• _TASK DETAILS_
Only the lines below from the one containing "fillet1_edges = [part.edges().sort_by_distance(p)[0]" to the one containing "A parametric FreeCAD" should be repeated, both included and unchanged.

• _INFORMATION PROVIDED_
● ● ● ●

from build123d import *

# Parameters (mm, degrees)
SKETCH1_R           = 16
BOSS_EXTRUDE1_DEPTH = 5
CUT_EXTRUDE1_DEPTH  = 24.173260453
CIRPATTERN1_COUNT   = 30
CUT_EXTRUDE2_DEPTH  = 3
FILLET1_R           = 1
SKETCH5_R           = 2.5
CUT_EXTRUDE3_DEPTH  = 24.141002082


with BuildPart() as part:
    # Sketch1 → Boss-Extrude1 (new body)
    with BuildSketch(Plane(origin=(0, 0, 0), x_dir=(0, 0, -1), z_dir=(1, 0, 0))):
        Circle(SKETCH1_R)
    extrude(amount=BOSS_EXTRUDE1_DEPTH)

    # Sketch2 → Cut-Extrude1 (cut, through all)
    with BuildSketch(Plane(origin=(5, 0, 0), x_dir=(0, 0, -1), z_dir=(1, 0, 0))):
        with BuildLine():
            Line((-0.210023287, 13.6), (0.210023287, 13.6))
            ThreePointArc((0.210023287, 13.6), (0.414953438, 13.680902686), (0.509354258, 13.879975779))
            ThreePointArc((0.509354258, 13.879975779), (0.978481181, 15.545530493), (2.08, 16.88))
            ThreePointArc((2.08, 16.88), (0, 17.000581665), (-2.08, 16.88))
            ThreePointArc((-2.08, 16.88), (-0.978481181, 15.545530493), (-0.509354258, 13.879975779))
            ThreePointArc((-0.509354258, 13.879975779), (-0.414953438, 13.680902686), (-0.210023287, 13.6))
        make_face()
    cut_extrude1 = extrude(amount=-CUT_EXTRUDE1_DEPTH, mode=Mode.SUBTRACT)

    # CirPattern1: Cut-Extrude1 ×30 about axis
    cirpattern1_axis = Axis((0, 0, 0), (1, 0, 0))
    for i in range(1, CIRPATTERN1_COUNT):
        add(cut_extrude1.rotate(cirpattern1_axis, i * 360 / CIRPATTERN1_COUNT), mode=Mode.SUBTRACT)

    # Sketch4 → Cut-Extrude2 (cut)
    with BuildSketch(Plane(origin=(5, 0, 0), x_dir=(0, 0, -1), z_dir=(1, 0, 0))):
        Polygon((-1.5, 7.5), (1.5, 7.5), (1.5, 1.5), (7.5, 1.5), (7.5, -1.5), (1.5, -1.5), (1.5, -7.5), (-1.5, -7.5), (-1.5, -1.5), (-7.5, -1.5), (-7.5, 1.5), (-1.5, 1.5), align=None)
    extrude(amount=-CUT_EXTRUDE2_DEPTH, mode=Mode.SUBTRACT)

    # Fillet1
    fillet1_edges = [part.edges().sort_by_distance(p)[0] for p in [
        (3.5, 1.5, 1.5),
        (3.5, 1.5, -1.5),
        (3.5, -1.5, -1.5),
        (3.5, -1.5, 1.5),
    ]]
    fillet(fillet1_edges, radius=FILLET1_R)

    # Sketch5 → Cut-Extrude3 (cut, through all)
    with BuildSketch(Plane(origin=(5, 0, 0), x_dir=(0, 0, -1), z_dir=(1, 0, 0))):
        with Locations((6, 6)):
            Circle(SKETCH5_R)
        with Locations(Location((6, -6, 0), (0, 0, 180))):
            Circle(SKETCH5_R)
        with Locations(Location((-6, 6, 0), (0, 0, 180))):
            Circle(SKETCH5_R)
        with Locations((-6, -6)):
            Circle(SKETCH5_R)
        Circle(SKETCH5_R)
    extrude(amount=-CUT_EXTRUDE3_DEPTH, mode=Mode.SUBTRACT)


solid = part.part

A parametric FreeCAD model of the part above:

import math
import FreeCAD as App
import Part
import Sketcher

V = App.Vector


def edges_at(feature, points):
    """Names of the edges that pass closest to the given points."""
    edges = feature.Shape.Edges
    near = lambda p: min(range(len(edges)), key=lambda i: edges[i].distToShape(Part.Vertex(*p))[0])
    return sorted({f"Edge{near(p) + 1}" for p in points})

doc = App.newDocument("Part")
body = doc.addObject("PartDesign::Body", "Body")

# Sketch on YZ plane
sketch1 = doc.addObject("Sketcher::SketchObject", "Sketch")
body.addObject(sketch1)
sketch1.AttachmentSupport = (doc.YZ_Plane, [""])
sketch1.MapMode = "FlatFace"
sketch1.addGeometry(Part.Circle(V(0, 0, 0), V(0, 0, 1), 16), False)
sketch1.addConstraint(Sketcher.Constraint("Coincident", 0, 3, -1, 1))
sketch1.addConstraint(Sketcher.Constraint("Diameter", 0, 32.0))
pad1 = doc.addObject("PartDesign::Pad", "Pad")
body.addObject(pad1)
pad1.Profile = sketch1
pad1.Length = 5

# Sketch on YZ plane
sketch2 = doc.addObject("Sketcher::SketchObject", "Sketch001")
body.addObject(sketch2)
sketch2.AttachmentSupport = (doc.YZ_Plane, [""])
sketch2.MapMode = "FlatFace"
sketch2.AttachmentOffset = App.Placement(V(0, 0, 5), App.Rotation())
sketch2.addGeometry(Part.LineSegment(V(13.6, 0.210023, 0), V(13.6, -0.210023, 0)), False)
sketch2.addGeometry(Part.ArcOfCircle(Part.Circle(V(13.9, -0.210023, 0), V(0, 0, 1), 0.3), math.radians(180), math.radians(266.17281)), False)
sketch2.addGeometry(Part.ArcOfCircle(Part.Circle(V(13.6, -4.694557, 0), V(0, 0, 1), 4.194557), math.radians(38.559086), math.radians(86.17281)), False)
sketch2.addGeometry(Part.ArcOfCircle(Part.Circle(V(-0.999418, 0, 0), V(0, 0, 1), 18), math.radians(-6.63567), math.radians(6.63567)), False)
sketch2.addGeometry(Part.ArcOfCircle(Part.Circle(V(13.6, 4.694557, 0), V(0, 0, 1), 4.194557), math.radians(-86.17281), math.radians(-38.559086)), False)
sketch2.addGeometry(Part.ArcOfCircle(Part.Circle(V(13.9, 0.210023, 0), V(0, 0, 1), 0.3), math.radians(93.82719), math.radians(180)), False)
sketch2.addConstraint(Sketcher.Constraint("Tangent", 0, 2, 1, 1))
sketch2.addConstraint(Sketcher.Constraint("Tangent", 1, 2, 2, 2))
sketch2.addConstraint(Sketcher.Constraint("Coincident", 2, 1, 3, 1))
sketch2.addConstraint(Sketcher.Constraint("Coincident", 3, 2, 4, 2))
sketch2.addConstraint(Sketcher.Constraint("Tangent", 4, 1, 5, 1))
sketch2.addConstraint(Sketcher.Constraint("Tangent", 5, 2, 0, 1))
sketch2.addConstraint(Sketcher.Constraint("Vertical", 0))
sketch2.addConstraint(Sketcher.Constraint("Equal", 2, 4))
sketch2.addConstraint(Sketcher.Constraint("Equal", 1, 5))
sketch2.addConstraint(Sketcher.Constraint("Symmetric", 2, 3, 4, 3, -1))
sketch2.addConstraint(Sketcher.Constraint("PointOnObject", 3, 3, -1))
sketch2.addConstraint(Sketcher.Constraint("Vertical", 4, 3, 0, 2))
sketch2.addConstraint(Sketcher.Constraint("Radius", 3, 18.0))
sketch2.addConstraint(Sketcher.Constraint("Radius", 1, 0.3))
sketch2.addConstraint(Sketcher.Constraint("DistanceX", -1, 1, 1, 3, 13.9))
sketch2.addConstraint(Sketcher.Constraint("DistanceX", -1, 1, 2, 1, 16.88))
sketch2.addConstraint(Sketcher.Constraint("DistanceY", 2, 1, -1, 1, 2.08))
sketch2.addConstraint(Sketcher.Constraint("Radius", 2, 4.194557))
pocket1 = doc.addObject("PartDesign::Pocket", "Pocket")
body.addObject(pocket1)
pocket1.Profile = sketch2
pocket1.Type = "ThroughAll"
doc.recompute()

polarpattern = doc.addObject("PartDesign::PolarPattern", "PolarPattern")
body.addObject(polarpattern)
polarpattern.Originals = [pocket1]
polarpattern.Axis = (doc.X_Axis, [""])
polarpattern.Angle = 360
polarpattern.Occurrences = 30
body.Tip = polarpattern

# Sketch on YZ plane
sketch3 = doc.addObject("Sketcher::SketchObject", "Sketch002")
body.addObject(sketch3)
sketch3.AttachmentSupport = (doc.YZ_Plane, [""])
sketch3.MapMode = "FlatFace"
sketch3.AttachmentOffset = App.Placement(V(0, 0, 5), App.Rotation())
sketch3.addGeometry(Part.LineSegment(V(7.5, -1.5, 0), V(7.5, 1.5, 0)), False)
sketch3.addGeometry(Part.LineSegment(V(7.5, 1.5, 0), V(1.5, 1.5, 0)), False)
sketch3.addGeometry(Part.LineSegment(V(1.5, 1.5, 0), V(1.5, 7.5, 0)), False)
sketch3.addGeometry(Part.LineSegment(V(1.5, 7.5, 0), V(-1.5, 7.5, 0)), False)
sketch3.addGeometry(Part.LineSegment(V(-1.5, 7.5, 0), V(-1.5, 1.5, 0)), False)
sketch3.addGeometry(Part.LineSegment(V(-1.5, 1.5, 0), V(-7.5, 1.5, 0)), False)
sketch3.addGeometry(Part.LineSegment(V(-7.5, 1.5, 0), V(-7.5, -1.5, 0)), False)
sketch3.addGeometry(Part.LineSegment(V(-7.5, -1.5, 0), V(-1.5, -1.5, 0)), False)
sketch3.addGeometry(Part.LineSegment(V(-1.5, -1.5, 0), V(-1.5, -7.5, 0)), False)
sketch3.addGeometry(Part.LineSegment(V(-1.5, -7.5, 0), V(1.5, -7.5, 0)), False)
sketch3.addGeometry(Part.LineSegment(V(1.5, -7.5, 0), V(1.5, -1.5, 0)), False)
sketch3.addGeometry(Part.LineSegment(V(1.5, -1.5, 0), V(7.5, -1.5, 0)), False)
sketch3.addConstraint(Sketcher.Constraint("Coincident", 0, 2, 1, 1))
sketch3.addConstraint(Sketcher.Constraint("Coincident", 1, 2, 2, 1))
sketch3.addConstraint(Sketcher.Constraint("Coincident", 2, 2, 3, 1))
sketch3.addConstraint(Sketcher.Constraint("Coincident", 3, 2, 4, 1))
sketch3.addConstraint(Sketcher.Constraint("Coincident", 4, 2, 5, 1))
sketch3.addConstraint(Sketcher.Constraint("Coincident", 5, 2, 6, 1))
sketch3.addConstraint(Sketcher.Constraint("Coincident", 6, 2, 7, 1))
sketch3.addConstraint(Sketcher.Constraint("Coincident", 7, 2, 8, 1))
sketch3.addConstraint(Sketcher.Constraint("Coincident", 8, 2, 9, 1))
sketch3.addConstraint(Sketcher.Constraint("Coincident", 9, 2, 10, 1))
sketch3.addConstraint(Sketcher.Constraint("Coincident", 10, 2, 11, 1))
sketch3.addConstraint(Sketcher.Constraint("Coincident", 11, 2, 0, 1))
sketch3.addConstraint(Sketcher.Constraint("Vertical", 0))
sketch3.addConstraint(Sketcher.Constraint("Horizontal", 1))
sketch3.addConstraint(Sketcher.Constraint("Vertical", 2))
sketch3.addConstraint(Sketcher.Constraint("Horizontal", 3))
sketch3.addConstraint(Sketcher.Constraint("Vertical", 4))
sketch3.addConstraint(Sketcher.Constraint("Horizontal", 5))
sketch3.addConstraint(Sketcher.Constraint("Vertical", 6))
sketch3.addConstraint(Sketcher.Constraint("Horizontal", 7))
sketch3.addConstraint(Sketcher.Constraint("Vertical", 8))
sketch3.addConstraint(Sketcher.Constraint("Horizontal", 9))
sketch3.addConstraint(Sketcher.Constraint("Vertical", 10))
sketch3.addConstraint(Sketcher.Constraint("Horizontal", 11))
sketch3.addConstraint(Sketcher.Constraint("Symmetric", 0, 2, 6, 2, -1, 1))
sketch3.addConstraint(Sketcher.Constraint("Symmetric", 2, 2, 8, 2, -1, 1))
sketch3.addConstraint(Sketcher.Constraint("Symmetric", 4, 2, 10, 2, -1, 1))
sketch3.addConstraint(Sketcher.Constraint("Symmetric", 1, 2, 4, 2, -2))
sketch3.addConstraint(Sketcher.Constraint("Equal", 9, 0))
sketch3.addConstraint(Sketcher.Constraint("Equal", 11, 2))
sketch3.addConstraint(Sketcher.Constraint("DistanceX", 1, 2, 1, 1, 6.0))
sketch3.addConstraint(Sketcher.Constraint("DistanceX", 3, 2, 3, 1, 3.0))
pocket2 = doc.addObject("PartDesign::Pocket", "Pocket001")
body.addObject(pocket2)
pocket2.Profile = sketch3
pocket2.Length = 3
doc.recompute()

fillet = doc.addObject("PartDesign::Fillet", "Fillet")
body.addObject(fillet)
fillet.Base = (pocket2, edges_at(pocket2, [
    (3.5, 1.5, 1.5),
    (3.5, 1.5, -1.5),
    (3.5, -1.5, -1.5),
    (3.5, -1.5, 1.5),
]))
fillet.Radius = 1

# Sketch on YZ plane
sketch4 = doc.addObject("Sketcher::SketchObject", "Sketch003")
body.addObject(sketch4)
sketch4.AttachmentSupport = (doc.YZ_Plane, [""])
sketch4.MapMode = "FlatFace"
sketch4.AttachmentOffset = App.Placement(V(0, 0, 5), App.Rotation())
sketch4.addGeometry(Part.Circle(V(6, -6, 0), V(0, 0, 1), 2.5), False)
sketch4.addGeometry(Part.Circle(V(-6, -6, 0), V(0, 0, 1), 2.5), False)
sketch4.addGeometry(Part.Circle(V(6, 6, 0), V(0, 0, 1), 2.5), False)
sketch4.addGeometry(Part.Circle(V(-6, 6, 0), V(0, 0, 1), 2.5), False)
sketch4.addGeometry(Part.Circle(V(0, 0, 0), V(0, 0, 1), 2.5), False)
sketch4.addConstraint(Sketcher.Constraint("Coincident", 4, 3, -1, 1))
sketch4.addConstraint(Sketcher.Constraint("Equal", 0, 1))
sketch4.addConstraint(Sketcher.Constraint("Equal", 1, 2))
sketch4.addConstraint(Sketcher.Constraint("Equal", 2, 3))
sketch4.addConstraint(Sketcher.Constraint("Equal", 3, 4))
sketch4.addConstraint(Sketcher.Constraint("Symmetric", 1, 3, 2, 3, -1, 1))
sketch4.addConstraint(Sketcher.Constraint("Symmetric", 0, 3, 3, 3, -1, 1))
sketch4.addConstraint(Sketcher.Constraint("Symmetric", 0, 3, 1, 3, -2))
sketch4.addConstraint(Sketcher.Constraint("Diameter", 0, 5.0))
sketch4.addConstraint(Sketcher.Constraint("DistanceX", -1, 1, 0, 3, 6.0))
sketch4.addConstraint(Sketcher.Constraint("DistanceY", 0, 3, -1, 1, 6.0))
pocket3 = doc.addObject("PartDesign::Pocket", "Pocket002")
body.addObject(pocket3)
pocket3.Profile = sketch4
pocket3.Type = "ThroughAll"

doc.recompute()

● ● ● ●

• _ANSWER_
    fillet1_edges = [part.edges().sort_by_distance(p)[0] for p in [
        (3.5, 1.5, 1.5),
        (3.5, 1.5, -1.5),
        (3.5, -1.5, -1.5),
        (3.5, -1.5, 1.5),
    ]]
    fillet(fillet1_edges, radius=FILLET1_R)

    # Sketch5 → Cut-Extrude3 (cut, through all)
    with BuildSketch(Plane(origin=(5, 0, 0), x_dir=(0, 0, -1), z_dir=(1, 0, 0))):
        with Locations((6, 6)):
            Circle(SKETCH5_R)
        with Locations(Location((6, -6, 0), (0, 0, 180))):
            Circle(SKETCH5_R)
        with Locations(Location((-6, 6, 0), (0, 0, 180))):
            Circle(SKETCH5_R)
        with Locations((-6, -6)):
            Circle(SKETCH5_R)
        Circle(SKETCH5_R)
    extrude(amount=-CUT_EXTRUDE3_DEPTH, mode=Mode.SUBTRACT)


solid = part.part

A parametric FreeCAD model of the part above:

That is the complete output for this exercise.